◆ WHAT IS NEEDED
Only the lines from the one containing "face PLANE(AX(P(-32.5,0,21.592585),D(-1,0,0),D(0,0,1))) rev" through the one containing "The same part" should be printed, exactly as they appear below, with both ends included.

[DATA FOR PROCESSING — start]

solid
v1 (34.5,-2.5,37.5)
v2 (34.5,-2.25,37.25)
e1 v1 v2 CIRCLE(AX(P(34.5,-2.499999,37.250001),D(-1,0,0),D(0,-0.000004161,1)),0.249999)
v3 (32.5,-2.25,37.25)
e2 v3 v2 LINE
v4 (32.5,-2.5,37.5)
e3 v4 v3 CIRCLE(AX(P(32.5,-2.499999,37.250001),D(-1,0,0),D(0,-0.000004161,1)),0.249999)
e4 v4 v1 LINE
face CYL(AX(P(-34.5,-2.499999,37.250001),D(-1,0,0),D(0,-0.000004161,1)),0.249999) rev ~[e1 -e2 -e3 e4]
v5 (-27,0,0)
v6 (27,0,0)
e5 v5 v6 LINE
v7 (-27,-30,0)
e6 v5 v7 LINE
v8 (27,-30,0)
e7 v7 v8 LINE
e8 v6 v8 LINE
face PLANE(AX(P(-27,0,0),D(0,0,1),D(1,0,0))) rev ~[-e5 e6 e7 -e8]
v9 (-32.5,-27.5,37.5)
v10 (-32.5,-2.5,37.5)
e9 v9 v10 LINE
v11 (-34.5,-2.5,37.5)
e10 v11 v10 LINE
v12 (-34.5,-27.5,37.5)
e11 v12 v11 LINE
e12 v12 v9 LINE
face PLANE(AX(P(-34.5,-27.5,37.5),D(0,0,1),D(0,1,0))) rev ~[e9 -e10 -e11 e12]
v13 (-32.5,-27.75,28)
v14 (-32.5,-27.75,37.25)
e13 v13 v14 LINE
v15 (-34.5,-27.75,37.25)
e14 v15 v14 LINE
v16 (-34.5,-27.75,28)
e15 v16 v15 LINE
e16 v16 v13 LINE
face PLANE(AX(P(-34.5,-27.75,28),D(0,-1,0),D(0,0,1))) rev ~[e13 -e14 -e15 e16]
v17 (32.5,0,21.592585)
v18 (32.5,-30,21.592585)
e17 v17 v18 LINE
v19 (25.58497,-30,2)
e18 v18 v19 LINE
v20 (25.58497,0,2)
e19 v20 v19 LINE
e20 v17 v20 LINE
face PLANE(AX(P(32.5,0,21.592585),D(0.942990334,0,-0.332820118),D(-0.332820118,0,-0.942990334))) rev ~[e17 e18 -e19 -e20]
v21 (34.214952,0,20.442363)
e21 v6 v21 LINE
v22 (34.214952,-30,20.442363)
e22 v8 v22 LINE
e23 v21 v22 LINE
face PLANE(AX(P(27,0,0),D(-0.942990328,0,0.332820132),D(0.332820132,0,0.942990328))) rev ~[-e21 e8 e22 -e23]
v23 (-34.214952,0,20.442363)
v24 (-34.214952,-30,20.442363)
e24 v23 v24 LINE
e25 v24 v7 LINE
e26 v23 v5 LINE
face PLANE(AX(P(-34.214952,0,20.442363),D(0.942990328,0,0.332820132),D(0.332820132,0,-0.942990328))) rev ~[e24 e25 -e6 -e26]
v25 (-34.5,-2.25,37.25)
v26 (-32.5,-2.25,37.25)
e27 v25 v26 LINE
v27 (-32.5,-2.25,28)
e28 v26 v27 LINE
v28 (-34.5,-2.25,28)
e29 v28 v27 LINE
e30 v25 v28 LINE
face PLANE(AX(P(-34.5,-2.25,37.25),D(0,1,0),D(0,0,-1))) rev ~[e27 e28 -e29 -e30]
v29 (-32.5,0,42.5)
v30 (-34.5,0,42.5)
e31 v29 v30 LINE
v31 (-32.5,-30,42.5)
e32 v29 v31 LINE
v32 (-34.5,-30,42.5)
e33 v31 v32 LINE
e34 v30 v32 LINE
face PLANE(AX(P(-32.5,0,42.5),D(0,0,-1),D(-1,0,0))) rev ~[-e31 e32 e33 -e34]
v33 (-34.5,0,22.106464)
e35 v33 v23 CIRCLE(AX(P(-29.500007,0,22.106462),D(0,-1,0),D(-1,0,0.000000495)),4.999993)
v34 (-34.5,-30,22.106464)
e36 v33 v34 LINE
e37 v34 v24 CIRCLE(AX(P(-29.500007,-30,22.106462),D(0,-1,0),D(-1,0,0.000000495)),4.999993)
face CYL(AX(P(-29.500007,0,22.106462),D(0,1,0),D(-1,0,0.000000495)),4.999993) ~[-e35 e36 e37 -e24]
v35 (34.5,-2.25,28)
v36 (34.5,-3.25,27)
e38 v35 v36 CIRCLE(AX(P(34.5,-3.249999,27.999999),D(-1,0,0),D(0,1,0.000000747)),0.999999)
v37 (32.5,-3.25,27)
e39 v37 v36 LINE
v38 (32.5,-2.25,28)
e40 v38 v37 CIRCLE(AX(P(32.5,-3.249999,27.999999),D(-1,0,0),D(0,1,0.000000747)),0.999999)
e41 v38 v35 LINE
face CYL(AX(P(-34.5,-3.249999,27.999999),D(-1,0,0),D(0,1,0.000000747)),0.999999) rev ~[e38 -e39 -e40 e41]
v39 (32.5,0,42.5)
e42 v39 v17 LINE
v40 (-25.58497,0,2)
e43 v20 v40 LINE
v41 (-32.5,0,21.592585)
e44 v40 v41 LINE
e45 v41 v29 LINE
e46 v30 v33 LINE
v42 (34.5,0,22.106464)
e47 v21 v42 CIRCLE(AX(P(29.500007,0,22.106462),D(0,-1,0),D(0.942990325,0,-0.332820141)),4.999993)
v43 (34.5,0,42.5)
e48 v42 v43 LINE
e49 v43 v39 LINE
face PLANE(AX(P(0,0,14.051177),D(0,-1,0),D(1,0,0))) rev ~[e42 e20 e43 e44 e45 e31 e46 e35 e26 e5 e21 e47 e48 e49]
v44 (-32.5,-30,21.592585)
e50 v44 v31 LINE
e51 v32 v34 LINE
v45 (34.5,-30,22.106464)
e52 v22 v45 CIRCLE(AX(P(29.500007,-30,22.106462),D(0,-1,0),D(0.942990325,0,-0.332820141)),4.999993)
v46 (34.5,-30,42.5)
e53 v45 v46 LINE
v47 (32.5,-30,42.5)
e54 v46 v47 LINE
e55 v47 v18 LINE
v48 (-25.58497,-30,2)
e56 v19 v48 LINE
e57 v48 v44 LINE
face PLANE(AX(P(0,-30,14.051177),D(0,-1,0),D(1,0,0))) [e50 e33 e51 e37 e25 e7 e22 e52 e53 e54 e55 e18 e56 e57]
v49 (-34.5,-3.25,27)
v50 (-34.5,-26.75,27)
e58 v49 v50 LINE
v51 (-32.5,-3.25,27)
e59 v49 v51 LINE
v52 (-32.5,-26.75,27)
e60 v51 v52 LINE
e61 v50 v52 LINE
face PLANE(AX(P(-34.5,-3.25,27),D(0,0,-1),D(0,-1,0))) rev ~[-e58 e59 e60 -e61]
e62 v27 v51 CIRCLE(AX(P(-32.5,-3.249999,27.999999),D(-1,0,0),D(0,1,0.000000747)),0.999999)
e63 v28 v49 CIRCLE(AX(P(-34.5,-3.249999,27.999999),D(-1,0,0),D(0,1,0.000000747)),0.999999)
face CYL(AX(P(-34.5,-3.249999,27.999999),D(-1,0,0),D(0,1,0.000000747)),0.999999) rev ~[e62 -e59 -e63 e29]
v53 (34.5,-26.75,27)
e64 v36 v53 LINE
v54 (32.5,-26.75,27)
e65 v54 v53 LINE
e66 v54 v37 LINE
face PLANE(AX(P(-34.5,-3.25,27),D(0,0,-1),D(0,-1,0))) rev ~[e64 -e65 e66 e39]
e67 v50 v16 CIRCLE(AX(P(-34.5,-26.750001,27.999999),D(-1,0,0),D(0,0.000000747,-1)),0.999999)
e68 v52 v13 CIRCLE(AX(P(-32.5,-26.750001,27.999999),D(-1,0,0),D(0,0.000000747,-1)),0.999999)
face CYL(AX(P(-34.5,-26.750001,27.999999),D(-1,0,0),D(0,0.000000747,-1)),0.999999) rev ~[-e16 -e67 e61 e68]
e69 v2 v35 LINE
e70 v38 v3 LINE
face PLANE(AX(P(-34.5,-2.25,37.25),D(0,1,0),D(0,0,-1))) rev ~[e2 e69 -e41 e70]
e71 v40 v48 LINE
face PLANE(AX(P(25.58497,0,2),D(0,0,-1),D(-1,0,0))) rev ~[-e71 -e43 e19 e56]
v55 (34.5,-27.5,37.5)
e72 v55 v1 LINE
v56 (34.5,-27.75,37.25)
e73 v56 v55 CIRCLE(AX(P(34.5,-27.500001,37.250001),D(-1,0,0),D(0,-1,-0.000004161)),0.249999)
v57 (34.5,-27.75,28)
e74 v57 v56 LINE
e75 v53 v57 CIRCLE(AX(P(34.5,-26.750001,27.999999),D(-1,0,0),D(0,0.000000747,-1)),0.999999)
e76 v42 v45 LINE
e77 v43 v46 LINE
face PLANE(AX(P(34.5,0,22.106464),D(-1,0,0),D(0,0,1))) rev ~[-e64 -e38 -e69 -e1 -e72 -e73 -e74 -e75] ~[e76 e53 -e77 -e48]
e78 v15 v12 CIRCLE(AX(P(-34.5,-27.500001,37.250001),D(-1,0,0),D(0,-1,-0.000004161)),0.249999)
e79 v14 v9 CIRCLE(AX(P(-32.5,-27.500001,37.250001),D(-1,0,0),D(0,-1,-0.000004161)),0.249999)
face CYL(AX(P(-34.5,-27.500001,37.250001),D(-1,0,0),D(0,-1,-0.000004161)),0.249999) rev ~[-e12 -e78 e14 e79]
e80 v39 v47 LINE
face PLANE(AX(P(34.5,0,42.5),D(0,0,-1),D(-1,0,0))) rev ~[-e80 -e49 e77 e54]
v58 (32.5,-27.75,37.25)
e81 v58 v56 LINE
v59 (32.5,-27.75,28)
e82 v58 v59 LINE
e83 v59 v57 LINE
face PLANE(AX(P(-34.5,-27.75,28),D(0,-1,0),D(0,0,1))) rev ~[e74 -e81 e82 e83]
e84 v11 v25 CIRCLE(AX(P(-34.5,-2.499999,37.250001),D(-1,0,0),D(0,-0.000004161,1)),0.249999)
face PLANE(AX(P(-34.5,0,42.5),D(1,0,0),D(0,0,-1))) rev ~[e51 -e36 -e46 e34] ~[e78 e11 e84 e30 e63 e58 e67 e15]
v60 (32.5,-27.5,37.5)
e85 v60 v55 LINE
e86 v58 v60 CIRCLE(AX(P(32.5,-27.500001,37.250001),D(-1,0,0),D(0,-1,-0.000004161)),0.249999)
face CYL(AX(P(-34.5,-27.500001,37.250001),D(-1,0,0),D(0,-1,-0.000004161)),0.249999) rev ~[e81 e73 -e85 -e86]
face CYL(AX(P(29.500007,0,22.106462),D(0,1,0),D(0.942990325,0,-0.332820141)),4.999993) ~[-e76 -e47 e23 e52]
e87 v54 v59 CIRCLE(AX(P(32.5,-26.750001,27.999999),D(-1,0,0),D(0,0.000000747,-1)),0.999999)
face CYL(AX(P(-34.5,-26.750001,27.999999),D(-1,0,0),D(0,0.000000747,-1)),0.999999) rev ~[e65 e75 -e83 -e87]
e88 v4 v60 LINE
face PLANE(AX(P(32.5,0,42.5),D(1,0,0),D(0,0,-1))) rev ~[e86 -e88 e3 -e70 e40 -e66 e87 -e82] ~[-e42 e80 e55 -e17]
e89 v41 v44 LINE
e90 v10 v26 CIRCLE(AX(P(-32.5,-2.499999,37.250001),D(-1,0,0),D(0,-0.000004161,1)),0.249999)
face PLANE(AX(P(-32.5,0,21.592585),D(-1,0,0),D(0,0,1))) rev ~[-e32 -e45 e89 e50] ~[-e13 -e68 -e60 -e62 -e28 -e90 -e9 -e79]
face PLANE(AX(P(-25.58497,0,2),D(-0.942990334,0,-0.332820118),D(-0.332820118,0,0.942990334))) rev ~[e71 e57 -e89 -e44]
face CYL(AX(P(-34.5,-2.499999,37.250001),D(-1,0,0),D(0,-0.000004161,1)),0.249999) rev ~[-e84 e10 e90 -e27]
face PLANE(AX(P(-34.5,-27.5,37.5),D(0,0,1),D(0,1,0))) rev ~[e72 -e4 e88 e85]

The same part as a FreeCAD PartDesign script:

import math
import FreeCAD as App
import Part
import Sketcher

doc = App.newDocument("Part")
body = doc.addObject("PartDesign::Body", "Body")

# Sketch on XZ plane
sketch1 = body.newObject("Sketcher::SketchObject", "Sketch")
sketch1.AttachmentSupport = (doc.getObject("XZ_Plane"), [""])
sketch1.MapMode = "FlatFace"
sketch1.addGeometry([
    Part.LineSegment(App.Vector(-27, 0, 0), App.Vector(27, 0, 0)),  # 0
    Part.LineSegment(App.Vector(27, 0, 0), App.Vector(34.2, 20.4, 0)),  # 1
    Part.ArcOfCircle(Part.Circle(App.Vector(29.5, 22.1, 0), App.Vector(0, 0, 1), 5), math.radians(-19.44), math.radians(0)),  # 2
    Part.LineSegment(App.Vector(34.5, 22.1, 0), App.Vector(34.5, 42.5, 0)),  # 3
    Part.LineSegment(App.Vector(34.5, 42.5, 0), App.Vector(32.5, 42.5, 0)),  # 4
    Part.LineSegment(App.Vector(32.5, 42.5, 0), App.Vector(32.5, 21.6, 0)),  # 5
    Part.LineSegment(App.Vector(32.5, 21.6, 0), App.Vector(25.6, 2, 0)),  # 6
    Part.LineSegment(App.Vector(25.6, 2, 0), App.Vector(-25.6, 2, 0)),  # 7
    Part.LineSegment(App.Vector(-25.6, 2, 0), App.Vector(-32.5, 21.6, 0)),  # 8
    Part.LineSegment(App.Vector(-32.5, 21.6, 0), App.Vector(-32.5, 42.5, 0)),  # 9
    Part.LineSegment(App.Vector(-32.5, 42.5, 0), App.Vector(-34.5, 42.5, 0)),  # 10
    Part.LineSegment(App.Vector(-34.5, 42.5, 0), App.Vector(-34.5, 22.1, 0)),  # 11
    Part.ArcOfCircle(Part.Circle(App.Vector(-29.5, 22.1, 0), App.Vector(0, 0, 1), 5), math.radians(180), math.radians(199.44)),  # 12
    Part.LineSegment(App.Vector(-34.2, 20.4, 0), App.Vector(-27, 0, 0)),  # 13
], False)
sketch1.addConstraint([
    Sketcher.Constraint("Coincident", 0, 2, 1, 1),
    Sketcher.Constraint("Tangent", 1, 2, 2, 1),
    Sketcher.Constraint("Tangent", 2, 2, 3, 1),
    Sketcher.Constraint("Coincident", 3, 2, 4, 1),
    Sketcher.Constraint("Coincident", 4, 2, 5, 1),
    Sketcher.Constraint("Coincident", 5, 2, 6, 1),
    Sketcher.Constraint("Coincident", 6, 2, 7, 1),
    Sketcher.Constraint("Coincident", 7, 2, 8, 1),
    Sketcher.Constraint("Coincident", 8, 2, 9, 1),
    Sketcher.Constraint("Coincident", 9, 2, 10, 1),
    Sketcher.Constraint("Coincident", 10, 2, 11, 1),
    Sketcher.Constraint("Tangent", 11, 2, 12, 1),
    Sketcher.Constraint("Tangent", 12, 2, 13, 1),
    Sketcher.Constraint("Coincident", 13, 2, 0, 1),
    Sketcher.Constraint("Horizontal", 0),
    Sketcher.Constraint("Vertical", 3),
    Sketcher.Constraint("Horizontal", 4),
    Sketcher.Constraint("Vertical", 5),
    Sketcher.Constraint("Horizontal", 7),
    Sketcher.Constraint("Vertical", 9),
    Sketcher.Constraint("Horizontal", 10),
    Sketcher.Constraint("Vertical", 11),
    Sketcher.Constraint("Equal", 2, 12),
    Sketcher.Constraint("Symmetric", 0, 2, 13, 2, -1, 1),
    Sketcher.Constraint("Symmetric", 2, 3, 12, 3, -2),
    Sketcher.Constraint("Symmetric", 5, 2, 8, 2, -2),
    Sketcher.Constraint("Parallel", 1, 6),
    Sketcher.Constraint("Parallel", 8, 13),
    Sketcher.Constraint("Horizontal", 4, 2, 9, 2),
    Sketcher.Constraint("DistanceX", 0, 1, 0, 2, 54.0),
    Sketcher.Constraint("DistanceX", 4, 2, 4, 1, 2.0),
    Sketcher.Constraint("DistanceY", -1, 1, 6, 2, 2.0),
    Sketcher.Constraint("DistanceX", 9, 2, 4, 2, 65.0),
    Sketcher.Constraint("DistanceY", -1, 1, 3, 2, 42.5),
    Sketcher.Constraint("Radius", 2, 4.999993),
    Sketcher.Constraint("DistanceX", 7, 2, 7, 1, 51.16994),
    Sketcher.Constraint("DistanceY", 1, 2, 2, 3, 1.664099),
])
pad1 = body.newObject("PartDesign::Pad", "Pad")
pad1.Profile = sketch1
pad1.Length = 30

[DATA FOR PROCESSING — finish]

◆ COMPLETED TASK
face PLANE(AX(P(-32.5,0,21.592585),D(-1,0,0),D(0,0,1))) rev ~[-e32 -e45 e89 e50] ~[-e13 -e68 -e60 -e62 -e28 -e90 -e9 -e79]
face PLANE(AX(P(-25.58497,0,2),D(-0.942990334,0,-0.332820118),D(-0.332820118,0,0.942990334))) rev ~[e71 e57 -e89 -e44]
face CYL(AX(P(-34.5,-2.499999,37.250001),D(-1,0,0),D(0,-0.000004161,1)),0.249999) rev ~[-e84 e10 e90 -e27]
face PLANE(AX(P(-34.5,-27.5,37.5),D(0,0,1),D(0,1,0))) rev ~[e72 -e4 e88 e85]

The same part as a FreeCAD PartDesign script:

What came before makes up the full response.